The engine (`scripts/illo.py`, stdlib Python, no installs) renders through one of **three engine backends**; `python3` and network access are the only hard requirements. **Grok Bot** (Cursor's Grok Bot / the Grok desktop assistant) is a fourth, agent-side transport: use its built-in Grok image tool directly, not `illo.py generate`, when no user config explicitly selects an engine backend.

**Running the engine — set `$SKILL_DIR` inline in each block.** Every engine command below is `python3 "$SKILL_DIR/scripts/illo.py" …`. Set `SKILL_DIR` to the absolute path of the directory this `SKILL.md` was loaded from (it contains `scripts/illo.py` and `assets/`) **in the same command block that uses it** — shell state does not persist between separate command runs, so a value set in an earlier block is gone by the next. If the harness does not expose that path, find the installed `scripts/illo.py` and use its parent; if neither resolves, stop rather than guessing the working directory. The engine self-locates its own bundled assets, so `$SKILL_DIR` only has to be right enough to launch `illo.py` and to point `--ref` at the bundled character sheet.

Write the block **flatten-safe** — some hosts (Codex observed) collapse a fenced block to one line, turning a newline into a space.
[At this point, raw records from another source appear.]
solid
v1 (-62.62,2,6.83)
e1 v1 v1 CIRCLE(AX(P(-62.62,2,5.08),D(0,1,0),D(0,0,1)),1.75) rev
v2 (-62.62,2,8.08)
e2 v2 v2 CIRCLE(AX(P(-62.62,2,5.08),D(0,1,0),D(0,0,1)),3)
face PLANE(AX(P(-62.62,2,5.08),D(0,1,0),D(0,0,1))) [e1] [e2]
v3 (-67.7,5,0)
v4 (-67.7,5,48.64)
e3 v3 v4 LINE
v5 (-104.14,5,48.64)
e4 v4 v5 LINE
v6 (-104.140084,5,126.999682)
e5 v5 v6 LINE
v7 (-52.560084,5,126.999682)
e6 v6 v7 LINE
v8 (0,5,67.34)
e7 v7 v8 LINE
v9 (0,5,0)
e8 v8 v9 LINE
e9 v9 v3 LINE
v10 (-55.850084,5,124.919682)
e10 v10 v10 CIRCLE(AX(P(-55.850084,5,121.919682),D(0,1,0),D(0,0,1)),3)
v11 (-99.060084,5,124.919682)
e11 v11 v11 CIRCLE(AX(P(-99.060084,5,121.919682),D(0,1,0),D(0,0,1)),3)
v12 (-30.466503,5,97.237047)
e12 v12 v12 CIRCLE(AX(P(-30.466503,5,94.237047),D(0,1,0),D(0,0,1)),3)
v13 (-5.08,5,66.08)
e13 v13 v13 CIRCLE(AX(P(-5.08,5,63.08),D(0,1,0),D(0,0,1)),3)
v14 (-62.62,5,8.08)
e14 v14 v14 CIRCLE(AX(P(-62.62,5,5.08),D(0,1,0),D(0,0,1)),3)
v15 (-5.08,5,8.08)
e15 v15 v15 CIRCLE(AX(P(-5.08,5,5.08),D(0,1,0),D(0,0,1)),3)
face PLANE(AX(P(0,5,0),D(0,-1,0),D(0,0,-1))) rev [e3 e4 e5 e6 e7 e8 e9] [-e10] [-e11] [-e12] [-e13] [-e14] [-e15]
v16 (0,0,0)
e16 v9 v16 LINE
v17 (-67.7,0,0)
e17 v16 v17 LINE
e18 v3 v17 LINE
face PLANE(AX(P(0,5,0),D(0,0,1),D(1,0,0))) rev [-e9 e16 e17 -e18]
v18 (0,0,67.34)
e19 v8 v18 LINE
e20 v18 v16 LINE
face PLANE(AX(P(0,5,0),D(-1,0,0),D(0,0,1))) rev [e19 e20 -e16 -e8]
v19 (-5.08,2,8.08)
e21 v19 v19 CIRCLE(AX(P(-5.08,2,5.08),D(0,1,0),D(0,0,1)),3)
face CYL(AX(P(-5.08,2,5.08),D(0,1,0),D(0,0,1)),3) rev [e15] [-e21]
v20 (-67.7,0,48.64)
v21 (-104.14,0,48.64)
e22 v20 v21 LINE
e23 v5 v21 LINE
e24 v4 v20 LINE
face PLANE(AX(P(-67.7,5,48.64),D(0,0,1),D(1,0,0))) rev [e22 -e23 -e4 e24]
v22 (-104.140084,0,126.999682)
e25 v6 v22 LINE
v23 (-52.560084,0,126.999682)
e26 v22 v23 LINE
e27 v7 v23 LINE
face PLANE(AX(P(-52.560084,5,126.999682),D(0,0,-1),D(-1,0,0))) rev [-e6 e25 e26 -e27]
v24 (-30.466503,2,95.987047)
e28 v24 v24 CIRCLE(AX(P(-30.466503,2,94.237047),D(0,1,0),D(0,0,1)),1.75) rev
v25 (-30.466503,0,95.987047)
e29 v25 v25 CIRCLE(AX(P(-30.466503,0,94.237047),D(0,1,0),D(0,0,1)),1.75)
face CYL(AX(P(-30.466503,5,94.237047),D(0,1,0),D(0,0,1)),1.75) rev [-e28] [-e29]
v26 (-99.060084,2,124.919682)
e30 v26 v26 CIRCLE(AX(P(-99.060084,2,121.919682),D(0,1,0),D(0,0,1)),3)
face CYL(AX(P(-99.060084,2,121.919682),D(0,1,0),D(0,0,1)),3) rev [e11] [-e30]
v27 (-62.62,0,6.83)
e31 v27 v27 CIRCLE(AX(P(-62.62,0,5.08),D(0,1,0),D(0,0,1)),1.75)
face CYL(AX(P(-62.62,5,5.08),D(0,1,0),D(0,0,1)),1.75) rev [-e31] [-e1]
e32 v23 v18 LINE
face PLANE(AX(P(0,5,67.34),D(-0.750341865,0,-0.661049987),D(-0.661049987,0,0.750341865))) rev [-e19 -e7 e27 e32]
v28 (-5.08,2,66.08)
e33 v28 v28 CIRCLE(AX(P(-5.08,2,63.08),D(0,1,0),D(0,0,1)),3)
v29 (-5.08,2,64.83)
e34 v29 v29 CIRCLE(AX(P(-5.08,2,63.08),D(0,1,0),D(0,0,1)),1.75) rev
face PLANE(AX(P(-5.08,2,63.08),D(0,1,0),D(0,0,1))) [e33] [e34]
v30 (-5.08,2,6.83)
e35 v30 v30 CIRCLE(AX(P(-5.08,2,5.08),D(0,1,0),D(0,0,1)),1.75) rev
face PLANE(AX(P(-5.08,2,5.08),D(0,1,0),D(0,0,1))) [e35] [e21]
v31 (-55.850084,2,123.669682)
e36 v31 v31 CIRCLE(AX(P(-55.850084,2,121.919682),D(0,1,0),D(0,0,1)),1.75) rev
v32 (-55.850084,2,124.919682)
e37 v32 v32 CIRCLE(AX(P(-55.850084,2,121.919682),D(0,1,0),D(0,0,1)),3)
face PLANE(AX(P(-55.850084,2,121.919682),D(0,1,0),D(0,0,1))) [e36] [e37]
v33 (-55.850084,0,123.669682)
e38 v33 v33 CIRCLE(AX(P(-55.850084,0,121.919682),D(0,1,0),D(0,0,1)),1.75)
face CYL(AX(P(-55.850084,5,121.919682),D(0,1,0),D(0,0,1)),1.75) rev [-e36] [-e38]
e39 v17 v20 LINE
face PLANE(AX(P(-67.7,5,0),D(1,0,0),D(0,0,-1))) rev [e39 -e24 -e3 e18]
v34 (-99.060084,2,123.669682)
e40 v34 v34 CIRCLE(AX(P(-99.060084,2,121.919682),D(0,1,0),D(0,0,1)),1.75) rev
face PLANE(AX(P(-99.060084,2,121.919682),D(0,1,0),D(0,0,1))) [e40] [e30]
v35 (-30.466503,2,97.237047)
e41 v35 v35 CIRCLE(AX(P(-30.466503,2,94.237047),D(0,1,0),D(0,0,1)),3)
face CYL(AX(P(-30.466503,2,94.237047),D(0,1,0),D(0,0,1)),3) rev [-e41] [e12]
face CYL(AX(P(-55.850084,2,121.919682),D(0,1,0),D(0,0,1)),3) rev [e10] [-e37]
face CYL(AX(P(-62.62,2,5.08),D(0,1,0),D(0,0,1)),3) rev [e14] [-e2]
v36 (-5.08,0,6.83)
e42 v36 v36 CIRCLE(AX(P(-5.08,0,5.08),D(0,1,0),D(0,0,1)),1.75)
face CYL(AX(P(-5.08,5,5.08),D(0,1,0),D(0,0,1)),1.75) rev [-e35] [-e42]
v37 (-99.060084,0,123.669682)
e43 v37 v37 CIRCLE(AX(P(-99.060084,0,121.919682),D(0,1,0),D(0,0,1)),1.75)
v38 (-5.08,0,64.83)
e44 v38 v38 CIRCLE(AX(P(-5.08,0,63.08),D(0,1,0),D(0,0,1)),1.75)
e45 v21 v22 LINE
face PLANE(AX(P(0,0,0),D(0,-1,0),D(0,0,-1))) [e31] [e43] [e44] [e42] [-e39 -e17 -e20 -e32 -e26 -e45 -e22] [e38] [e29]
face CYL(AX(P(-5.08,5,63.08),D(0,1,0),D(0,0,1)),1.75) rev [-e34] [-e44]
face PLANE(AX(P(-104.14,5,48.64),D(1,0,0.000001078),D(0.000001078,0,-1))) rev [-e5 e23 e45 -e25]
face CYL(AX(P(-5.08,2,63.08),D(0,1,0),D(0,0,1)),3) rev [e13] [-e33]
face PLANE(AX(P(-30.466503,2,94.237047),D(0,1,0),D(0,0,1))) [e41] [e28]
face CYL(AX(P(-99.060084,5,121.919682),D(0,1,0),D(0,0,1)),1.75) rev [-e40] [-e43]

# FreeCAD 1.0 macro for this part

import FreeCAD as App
import Part
import Sketcher
from FreeCAD import Vector
Q = App.Units.Quantity


def add_polygon(sketch, points):
    """Adds a closed chain of lines whose ends are joined by coincident constraints."""
    first, n = sketch.GeometryCount, len(points)
    for a, b in zip(points, points[1:] + points[:1]):
        sketch.addGeometry(Part.LineSegment(App.Vector(*a, 0), App.Vector(*b, 0)), False)
    for i in range(n):
        sketch.addConstraint(Sketcher.Constraint("Coincident", first + i, 2, first + (i + 1) % n, 1))

doc = App.newDocument("Part")
params = doc.addObject("Spreadsheet::Sheet", "Params")
for row, (alias, value) in enumerate([
    ("sketch1_width", "67.7 mm"),
    ("sketch1_width2", "36.44 mm"),
    ("sketch1_width3", "51.58 mm"),
    ("sketch1_height", "48.64 mm"),
    ("sketch1_height2", "67.34 mm"),
    ("pad1_length", "5 mm"),
    ("sketch2_diameter", "3.5 mm"),
    ("hole_diameter", "3.5 mm"),
    ("sketch3_diameter", "6 mm"),
    ("pocket1_length", "3 mm"),
], start=1):
    params.set(f"A{row}", alias)
    params.set(f"B{row}", "=" + value)
    params.setAlias(f"B{row}", alias)

body = doc.addObject("PartDesign::Body", "Body")

# Sketch on XZ plane
sketch1 = body.newObject("Sketcher::SketchObject", "Sketch")
sketch1.AttachmentSupport = (doc.getObject("XZ_Plane"), [""])
sketch1.MapMode = "FlatFace"
add_polygon(sketch1, [(0, 0), (-68, 0), (-68, 49), (-104, 49), (-104, 127), (-53, 127), (0, 67)])  # lines 0-6
sketch1.addConstraint(Sketcher.Constraint("Horizontal", 0))
sketch1.addConstraint(Sketcher.Constraint("Vertical", 1))
sketch1.addConstraint(Sketcher.Constraint("Horizontal", 2))
sketch1.addConstraint(Sketcher.Constraint("Horizontal", 4))
sketch1.addConstraint(Sketcher.Constraint("Vertical", 6))
sketch1.addConstraint(Sketcher.Constraint("Coincident", 6, 2, -1, 1))
sketch1.addConstraint(Sketcher.Constraint("DistanceX", 0, 2, 0, 1, 67.7))
sketch1.addConstraint(Sketcher.Constraint("DistanceX", 2, 2, 2, 1, 36.44))
sketch1.addConstraint(Sketcher.Constraint("DistanceX", 4, 1, 4, 2, 51.58))
sketch1.addConstraint(Sketcher.Constraint("DistanceY", 1, 1, 1, 2, 48.64))
sketch1.addConstraint(Sketcher.Constraint("DistanceY", 6, 2, 6, 1, 67.34))
sketch1.addConstraint(Sketcher.Constraint("Angle", 5, Q("-48.62 deg")))
sketch1.addConstraint(Sketcher.Constraint("Distance", 5, 79.51))
sketch1.setExpression("Constraints[13]", "Params.sketch1_width")
sketch1.setExpression("Constraints[14]", "Params.sketch1_width2")
sketch1.setExpression("Constraints[15]", "Params.sketch1_width3")
sketch1.setExpression("Constraints[16]", "Params.sketch1_height")
sketch1.setExpression("Constraints[17]", "Params.sketch1_height2")
pad1 = body.newObject("PartDesign::Pad", "Pad")
pad1.Profile = sketch1
pad1.setExpression("Length", "Params.pad1_length")
pad1.Reversed = True

# Sketch on XZ plane
sketch2 = body.newObject("Sketcher::SketchObject", "Sketch001")
sketch2.AttachmentSupport = (doc.getObject("XZ_Plane"), [""])
sketch2.MapMode = "FlatFace"
sketch2.AttachmentOffset = App.Placement(Vector(0, 0, -5), App.Rotation())
sketch2.addGeometry(Part.Circle(Vector(-99.1, 121.9, 0), Vector(0, 0, 1), 1.8), False)
sketch2.addGeometry(Part.Circle(Vector(-55.9, 121.9, 0), Vector(0, 0, 1), 1.8), False)
sketch2.addGeometry(Part.Circle(Vector(-5.1, 63.1, 0), Vector(0, 0, 1), 1.8), False)
sketch2.addGeometry(Part.Circle(Vector(-30.5, 94.2, 0), Vector(0, 0, 1), 1.8), False)
sketch2.addGeometry(Part.Circle(Vector(-5.1, 5.1, 0), Vector(0, 0, 1), 1.8), False)
sketch2.addGeometry(Part.Circle(Vector(-62.6, 5.1, 0), Vector(0, 0, 1), 1.8), False)
sketch2.addConstraint(Sketcher.Constraint("Equal", 0, 1))
sketch2.addConstraint(Sketcher.Constraint("Equal", 1, 2))
sketch2.addConstraint(Sketcher.Constraint("Equal", 2, 3))
sketch2.addConstraint(Sketcher.Constraint("Equal", 3, 4))
sketch2.addConstraint(Sketcher.Constraint("Equal", 4, 5))
sketch2.addConstraint(Sketcher.Constraint("Horizontal", 0, 3, 1, 3))
sketch2.addConstraint(Sketcher.Constraint("Horizontal", 4, 3, 5, 3))
sketch2.addConstraint(Sketcher.Constraint("Vertical", 2, 3, 4, 3))
sketch2.addConstraint(Sketcher.Constraint("Diameter", 0, 3.5))
sketch2.addConstraint(Sketcher.Constraint("DistanceY", 4, 3, 2, 3, 58.0))
sketch2.addConstraint(Sketcher.Constraint("DistanceX", 2, 3, -1, 1, 5.08))
sketch2.addConstraint(Sketcher.Constraint("DistanceY", -1, 1, 2, 3, 63.08))
sketch2.addConstraint(Sketcher.Constraint("DistanceX", 5, 3, -1, 1, 62.62))
sketch2.addConstraint(Sketcher.Constraint("DistanceX", 0, 3, 1, 3, 43.21))
sketch2.addConstraint(Sketcher.Constraint("DistanceY", -1, 1, 0, 3, 121.919682))
sketch2.addConstraint(Sketcher.Constraint("DistanceX", 1, 3, 3, 3, 25.383582))
sketch2.addConstraint(Sketcher.Constraint("DistanceX", 0, 3, -1, 1, 99.060084))
sketch2.addConstraint(Sketcher.Constraint("DistanceY", -1, 1, 3, 3, 94.237047))
sketch2.setExpression("Constraints[8]", "Params.sketch2_diameter")
doc.recompute()
hole = body.newObject("PartDesign::Hole", "Hole")
hole.Profile = sketch2
hole.ThreadType = "None"
hole.setExpression("Diameter", "Params.hole_diameter")
hole.DepthType = "ThroughAll"
hole.Reversed = True

# Sketch on XZ plane
sketch3 = body.newObject("Sketcher::SketchObject", "Sketch002")
sketch3.AttachmentSupport = (doc.getObject("XZ_Plane"), [""])
sketch3.MapMode = "FlatFace"
sketch3.AttachmentOffset = App.Placement(Vector(0, 0, -5), App.Rotation())
sketch3.addGeometry(Part.Circle(Vector(-99.1, 121.9, 0), Vector(0, 0, 1), 3), False)
sketch3.addGeometry(Part.Circle(Vector(-55.9, 121.9, 0), Vector(0, 0, 1), 3), False)
sketch3.addGeometry(Part.Circle(Vector(-30.5, 94.2, 0), Vector(0, 0, 1), 3), False)
sketch3.addGeometry(Part.Circle(Vector(-5.1, 63.1, 0), Vector(0, 0, 1), 3), False)
sketch3.addGeometry(Part.Circle(Vector(-5.1, 5.1, 0), Vector(0, 0, 1), 3), False)
sketch3.addGeometry(Part.Circle(Vector(-62.6, 5.1, 0), Vector(0, 0, 1), 3), False)
sketch3.addConstraint(Sketcher.Constraint("Equal", 0, 1))
sketch3.addConstraint(Sketcher.Constraint("Equal", 1, 2))
sketch3.addConstraint(Sketcher.Constraint("Equal", 2, 3))
sketch3.addConstraint(Sketcher.Constraint("Equal", 3, 4))
sketch3.addConstraint(Sketcher.Constraint("Equal", 4, 5))
sketch3.addConstraint(Sketcher.Constraint("Horizontal", 0, 3, 1, 3))
sketch3.addConstraint(Sketcher.Constraint("Horizontal", 4, 3, 5, 3))
sketch3.addConstraint(Sketcher.Constraint("Vertical", 3, 3, 4, 3))
sketch3.addConstraint(Sketcher.Constraint("Diameter", 0, 6.0))
sketch3.addConstraint(Sketcher.Constraint("DistanceY", 4, 3, 3, 3, 58.0))
sketch3.addConstraint(Sketcher.Constraint("DistanceX", 3, 3, -1, 1, 5.08))
sketch3.addConstraint(Sketcher.Constraint("DistanceY", -1, 1, 3, 3, 63.08))
sketch3.addConstraint(Sketcher.Constraint("DistanceX", 5, 3, -1, 1, 62.62))
sketch3.addConstraint(Sketcher.Constraint("DistanceX", 0, 3, 1, 3, 43.21))
sketch3.addConstraint(Sketcher.Constraint("DistanceY", -1, 1, 0, 3, 121.919682))
sketch3.addConstraint(Sketcher.Constraint("DistanceX", 1, 3, 2, 3, 25.383582))
sketch3.addConstraint(Sketcher.Constraint("DistanceX", 0, 3, -1, 1, 99.060084))
sketch3.addConstraint(Sketcher.Constraint("DistanceY", -1, 1, 2, 3, 94.237047))
sketch3.setExpression("Constraints[8]", "Params.sketch3_diameter")
pocket1 = body.newObject("PartDesign::Pocket", "Pocket")
pocket1.Profile = sketch3
pocket1.setExpression("Length", "Params.pocket1_length")
pocket1.Reversed = True

doc.recompute()
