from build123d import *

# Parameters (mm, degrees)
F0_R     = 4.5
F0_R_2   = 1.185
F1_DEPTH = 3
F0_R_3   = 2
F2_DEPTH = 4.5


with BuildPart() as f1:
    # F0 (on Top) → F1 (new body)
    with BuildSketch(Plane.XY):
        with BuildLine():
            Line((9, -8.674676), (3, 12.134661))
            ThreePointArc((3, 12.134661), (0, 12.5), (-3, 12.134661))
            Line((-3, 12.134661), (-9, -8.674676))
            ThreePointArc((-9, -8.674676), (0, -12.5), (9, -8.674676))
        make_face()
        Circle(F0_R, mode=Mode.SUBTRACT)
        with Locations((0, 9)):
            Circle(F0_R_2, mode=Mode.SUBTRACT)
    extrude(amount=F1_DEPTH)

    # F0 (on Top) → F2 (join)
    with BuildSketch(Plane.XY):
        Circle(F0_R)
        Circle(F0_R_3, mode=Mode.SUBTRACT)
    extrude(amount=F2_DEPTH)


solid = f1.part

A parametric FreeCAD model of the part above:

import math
import FreeCAD as App
import Part
import Sketcher
from FreeCAD import Vector
Q = App.Units.Quantity

doc = App.newDocument("Part")
params = doc.addObject("Spreadsheet::Sheet", "Params")
for row, (alias, value) in enumerate([
    ("sketch1_diameter", "9 mm"),
    ("sketch1_radius", "12.5 mm"),
    ("sketch1_diameter2", "2.37 mm"),
    ("pad1_length", "3 mm"),
    ("sketch2_diameter", "9 mm"),
    ("sketch2_diameter2", "4 mm"),
    ("pad2_length", "4.5 mm"),
], start=1):
    params.set(f"A{row}", alias)
    params.set(f"B{row}", "=" + value)
    params.setAlias(f"B{row}", alias)

body = doc.addObject("PartDesign::Body", "Body")

sketch1 = doc.addObject("Sketcher::SketchObject", "Sketch")
body.addObject(sketch1)
sketch1.AttachmentSupport = (doc.XY_Plane, [""])
sketch1.MapMode = "FlatFace"
sketch1.addGeometry(Part.LineSegment(Vector(9, -8.7, 0), Vector(3, 12.1, 0)), False)
sketch1.addGeometry(Part.ArcOfCircle(Part.Circle(Vector(0, 0, 0), Vector(0, 0, 1), 12.5), math.radians(76), math.radians(104)), False)
sketch1.addGeometry(Part.LineSegment(Vector(-3, 12.1, 0), Vector(-9, -8.7, 0)), False)
sketch1.addGeometry(Part.ArcOfCircle(Part.Circle(Vector(0, 0, 0), Vector(0, 0, 1), 12.5), math.radians(-136), math.radians(-44)), False)
sketch1.addGeometry(Part.Circle(Vector(0, 0, 0), Vector(0, 0, 1), 4.5), False)
sketch1.addGeometry(Part.Circle(Vector(0, 9, 0), Vector(0, 0, 1), 1.2), False)
sketch1.addConstraint(Sketcher.Constraint("Coincident", 0, 2, 1, 1))
sketch1.addConstraint(Sketcher.Constraint("Coincident", 1, 2, 2, 1))
sketch1.addConstraint(Sketcher.Constraint("Coincident", 2, 2, 3, 1))
sketch1.addConstraint(Sketcher.Constraint("Coincident", 3, 2, 0, 1))
sketch1.addConstraint(Sketcher.Constraint("Coincident", 1, 3, -1, 1))
sketch1.addConstraint(Sketcher.Constraint("Coincident", 3, 3, -1, 1))
sketch1.addConstraint(Sketcher.Constraint("Coincident", 4, 3, -1, 1))
sketch1.addConstraint(Sketcher.Constraint("PointOnObject", 5, 3, -2))
sketch1.addConstraint(Sketcher.Constraint("Horizontal", 0, 2, 1, 2))
sketch1.addConstraint(Sketcher.Constraint("Horizontal", 2, 2, 3, 2))
sketch1.addConstraint(Sketcher.Constraint("Diameter", 4, Q("9 mm")))
sketch1.addConstraint(Sketcher.Constraint("Radius", 3, Q("12.5 mm")))
sketch1.addConstraint(Sketcher.Constraint("Diameter", 5, Q("2.37 mm")))
sketch1.addConstraint(Sketcher.Constraint("DistanceY", -1, 1, 5, 3, Q("9 mm")))
sketch1.addConstraint(Sketcher.Constraint("DistanceX", -1, 1, 0, 2, Q("3 mm")))
sketch1.addConstraint(Sketcher.Constraint("DistanceX", 2, 2, -1, 1, Q("9 mm")))
sketch1.addConstraint(Sketcher.Constraint("Radius", 1, Q("12.499997 mm")))
sketch1.setExpression("Constraints[10]", "Params.sketch1_diameter")
sketch1.setExpression("Constraints[11]", "Params.sketch1_radius")
sketch1.setExpression("Constraints[12]", "Params.sketch1_diameter2")
pad1 = doc.addObject("PartDesign::Pad", "Pad")
body.addObject(pad1)
pad1.Profile = sketch1
pad1.setExpression("Length", "Params.pad1_length")

sketch2 = doc.addObject("Sketcher::SketchObject", "Sketch001")
body.addObject(sketch2)
sketch2.AttachmentSupport = (doc.XY_Plane, [""])
sketch2.MapMode = "FlatFace"
sketch2.addGeometry(Part.Circle(Vector(0, 0, 0), Vector(0, 0, 1), 4.5), False)
sketch2.addGeometry(Part.Circle(Vector(0, 0, 0), Vector(0, 0, 1), 2), False)
sketch2.addConstraint(Sketcher.Constraint("Coincident", 0, 3, -1, 1))
sketch2.addConstraint(Sketcher.Constraint("Coincident", 1, 3, -1, 1))
sketch2.addConstraint(Sketcher.Constraint("Diameter", 0, Q("9 mm")))
sketch2.addConstraint(Sketcher.Constraint("Diameter", 1, Q("4 mm")))
sketch2.setExpression("Constraints[2]", "Params.sketch2_diameter")
sketch2.setExpression("Constraints[3]", "Params.sketch2_diameter2")
pad2 = doc.addObject("PartDesign::Pad", "Pad001")
body.addObject(pad2)
pad2.Profile = sketch2
pad2.setExpression("Length", "Params.pad2_length")

doc.recompute()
Terminate the assignment with `;` (`SKILL_DIR="…";` — without it, a flattened `SKILL_DIR="…" python3 "$SKILL_DIR/…"` becomes an env-prefix whose `$SKILL_DIR` expands to empty **before** the assignment applies, so the path collapses to `/scripts/illo.py`). Put **no comment on an assignment or command line** (a flattened `#` comments out the rest of the line and the command silently vanishes), and keep each invocation on **one line** (a flattened `\` continuation injects stray arguments). A wrong or unset value makes `doctor` (Workflow step 0) fail loudly (`can't open file …/scripts/illo.py`) — the signal to fix the path, not a skill fault.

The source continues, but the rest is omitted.